Retype, word for word, every line from the one holding "#394=LINE('',#389,#328);" through the one holding "#402=PLANE('',#401);" in the entries below, both included, and only those lines.

• [SUPPLIED MATERIAL]
[Start of Attachment]
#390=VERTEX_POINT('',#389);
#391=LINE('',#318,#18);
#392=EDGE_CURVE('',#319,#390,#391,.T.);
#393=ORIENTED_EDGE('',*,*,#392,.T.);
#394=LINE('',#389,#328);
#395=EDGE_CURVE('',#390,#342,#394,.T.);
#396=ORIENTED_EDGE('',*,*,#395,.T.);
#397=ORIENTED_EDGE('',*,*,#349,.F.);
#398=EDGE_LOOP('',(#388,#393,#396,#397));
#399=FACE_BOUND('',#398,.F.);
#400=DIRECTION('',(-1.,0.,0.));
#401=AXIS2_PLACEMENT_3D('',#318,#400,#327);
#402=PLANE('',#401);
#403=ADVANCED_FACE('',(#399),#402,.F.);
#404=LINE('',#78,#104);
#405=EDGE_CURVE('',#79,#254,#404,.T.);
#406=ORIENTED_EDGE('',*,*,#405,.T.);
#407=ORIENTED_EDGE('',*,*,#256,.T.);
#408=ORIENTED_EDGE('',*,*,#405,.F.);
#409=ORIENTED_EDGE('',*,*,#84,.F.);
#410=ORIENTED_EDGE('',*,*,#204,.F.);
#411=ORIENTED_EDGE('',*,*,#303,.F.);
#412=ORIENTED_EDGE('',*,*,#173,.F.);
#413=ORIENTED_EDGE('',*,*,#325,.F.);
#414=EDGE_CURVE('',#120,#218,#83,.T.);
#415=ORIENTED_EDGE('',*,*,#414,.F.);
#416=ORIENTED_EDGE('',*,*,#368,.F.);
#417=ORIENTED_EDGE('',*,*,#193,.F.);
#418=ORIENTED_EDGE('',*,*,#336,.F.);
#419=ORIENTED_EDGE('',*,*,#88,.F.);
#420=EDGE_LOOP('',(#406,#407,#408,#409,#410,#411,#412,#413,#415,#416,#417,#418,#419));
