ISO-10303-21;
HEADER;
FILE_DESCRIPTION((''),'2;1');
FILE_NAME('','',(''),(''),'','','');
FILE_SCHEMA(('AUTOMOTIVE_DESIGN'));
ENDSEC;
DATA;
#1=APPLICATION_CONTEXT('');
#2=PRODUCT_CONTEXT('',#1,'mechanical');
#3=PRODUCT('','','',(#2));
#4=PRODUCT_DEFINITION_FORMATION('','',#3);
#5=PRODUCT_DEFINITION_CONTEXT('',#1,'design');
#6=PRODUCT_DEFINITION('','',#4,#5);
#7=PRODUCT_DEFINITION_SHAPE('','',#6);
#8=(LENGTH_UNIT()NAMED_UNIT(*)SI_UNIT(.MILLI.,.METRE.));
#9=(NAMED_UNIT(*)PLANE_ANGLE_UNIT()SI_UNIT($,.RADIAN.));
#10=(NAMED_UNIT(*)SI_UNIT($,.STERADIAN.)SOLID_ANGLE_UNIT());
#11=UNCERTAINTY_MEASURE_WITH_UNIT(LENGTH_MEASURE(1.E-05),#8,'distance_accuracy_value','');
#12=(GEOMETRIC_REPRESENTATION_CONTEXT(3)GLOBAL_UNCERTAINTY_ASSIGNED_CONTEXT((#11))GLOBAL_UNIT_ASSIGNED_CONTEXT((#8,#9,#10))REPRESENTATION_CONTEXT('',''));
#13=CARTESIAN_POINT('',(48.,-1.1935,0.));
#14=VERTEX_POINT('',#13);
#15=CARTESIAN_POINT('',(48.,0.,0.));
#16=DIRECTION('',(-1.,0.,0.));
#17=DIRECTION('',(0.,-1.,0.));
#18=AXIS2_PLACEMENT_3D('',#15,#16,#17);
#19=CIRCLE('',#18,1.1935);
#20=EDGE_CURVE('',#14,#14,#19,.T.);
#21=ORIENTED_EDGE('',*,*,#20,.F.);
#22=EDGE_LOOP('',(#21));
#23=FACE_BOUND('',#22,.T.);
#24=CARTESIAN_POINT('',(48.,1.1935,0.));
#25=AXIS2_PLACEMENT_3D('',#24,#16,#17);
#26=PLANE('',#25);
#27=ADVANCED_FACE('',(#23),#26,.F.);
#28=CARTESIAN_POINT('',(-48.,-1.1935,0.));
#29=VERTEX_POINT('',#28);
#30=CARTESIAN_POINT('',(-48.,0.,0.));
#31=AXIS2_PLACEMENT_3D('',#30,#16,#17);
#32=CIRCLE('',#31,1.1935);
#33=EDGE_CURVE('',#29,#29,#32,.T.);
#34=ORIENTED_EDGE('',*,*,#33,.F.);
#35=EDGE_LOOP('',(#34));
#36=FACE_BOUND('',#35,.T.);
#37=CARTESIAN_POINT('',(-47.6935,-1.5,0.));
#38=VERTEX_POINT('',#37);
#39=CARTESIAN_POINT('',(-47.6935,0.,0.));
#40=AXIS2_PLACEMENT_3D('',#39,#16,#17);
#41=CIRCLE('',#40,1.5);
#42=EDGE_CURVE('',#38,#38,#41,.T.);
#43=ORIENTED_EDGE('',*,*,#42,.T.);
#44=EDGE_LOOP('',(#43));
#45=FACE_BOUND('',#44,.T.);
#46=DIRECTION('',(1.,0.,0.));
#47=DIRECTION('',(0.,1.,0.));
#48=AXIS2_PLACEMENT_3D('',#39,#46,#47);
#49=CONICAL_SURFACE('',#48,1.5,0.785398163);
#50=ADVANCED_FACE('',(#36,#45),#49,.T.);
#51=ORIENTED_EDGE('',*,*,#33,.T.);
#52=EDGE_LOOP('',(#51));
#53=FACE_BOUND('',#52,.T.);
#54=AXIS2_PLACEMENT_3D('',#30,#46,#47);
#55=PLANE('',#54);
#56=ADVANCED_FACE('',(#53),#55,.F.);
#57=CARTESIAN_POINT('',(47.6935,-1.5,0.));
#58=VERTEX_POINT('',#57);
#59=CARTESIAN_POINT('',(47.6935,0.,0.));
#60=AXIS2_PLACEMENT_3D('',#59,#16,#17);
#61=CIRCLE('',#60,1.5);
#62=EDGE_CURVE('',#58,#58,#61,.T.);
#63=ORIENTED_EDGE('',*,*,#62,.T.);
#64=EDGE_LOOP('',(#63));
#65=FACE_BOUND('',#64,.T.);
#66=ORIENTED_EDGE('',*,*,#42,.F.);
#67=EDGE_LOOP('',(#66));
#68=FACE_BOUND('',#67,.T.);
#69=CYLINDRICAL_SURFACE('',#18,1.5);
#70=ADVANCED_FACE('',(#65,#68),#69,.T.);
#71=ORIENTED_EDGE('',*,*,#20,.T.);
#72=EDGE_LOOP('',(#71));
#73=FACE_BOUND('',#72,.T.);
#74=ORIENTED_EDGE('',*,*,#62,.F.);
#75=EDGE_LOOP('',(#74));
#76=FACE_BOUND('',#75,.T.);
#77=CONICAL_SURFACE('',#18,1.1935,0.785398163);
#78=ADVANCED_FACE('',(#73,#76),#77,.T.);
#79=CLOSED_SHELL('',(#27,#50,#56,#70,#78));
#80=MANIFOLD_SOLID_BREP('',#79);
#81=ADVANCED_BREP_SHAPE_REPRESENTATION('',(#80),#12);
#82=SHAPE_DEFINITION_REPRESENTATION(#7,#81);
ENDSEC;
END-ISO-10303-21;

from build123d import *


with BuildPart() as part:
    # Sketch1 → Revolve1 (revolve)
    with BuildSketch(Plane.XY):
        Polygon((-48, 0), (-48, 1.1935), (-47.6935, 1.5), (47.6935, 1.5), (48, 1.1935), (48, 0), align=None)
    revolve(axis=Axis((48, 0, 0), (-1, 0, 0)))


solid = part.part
[End of Attachment]
• [EXERCISE RESULT]
#394=LINE('',#389,#328);
#395=EDGE_CURVE('',#390,#342,#394,.T.);
#396=ORIENTED_EDGE('',*,*,#395,.T.);
#397=ORIENTED_EDGE('',*,*,#349,.F.);
#398=EDGE_LOOP('',(#388,#393,#396,#397));
#399=FACE_BOUND('',#398,.F.);
#400=DIRECTION('',(-1.,0.,0.));
#401=AXIS2_PLACEMENT_3D('',#318,#400,#327);
#402=PLANE('',#401);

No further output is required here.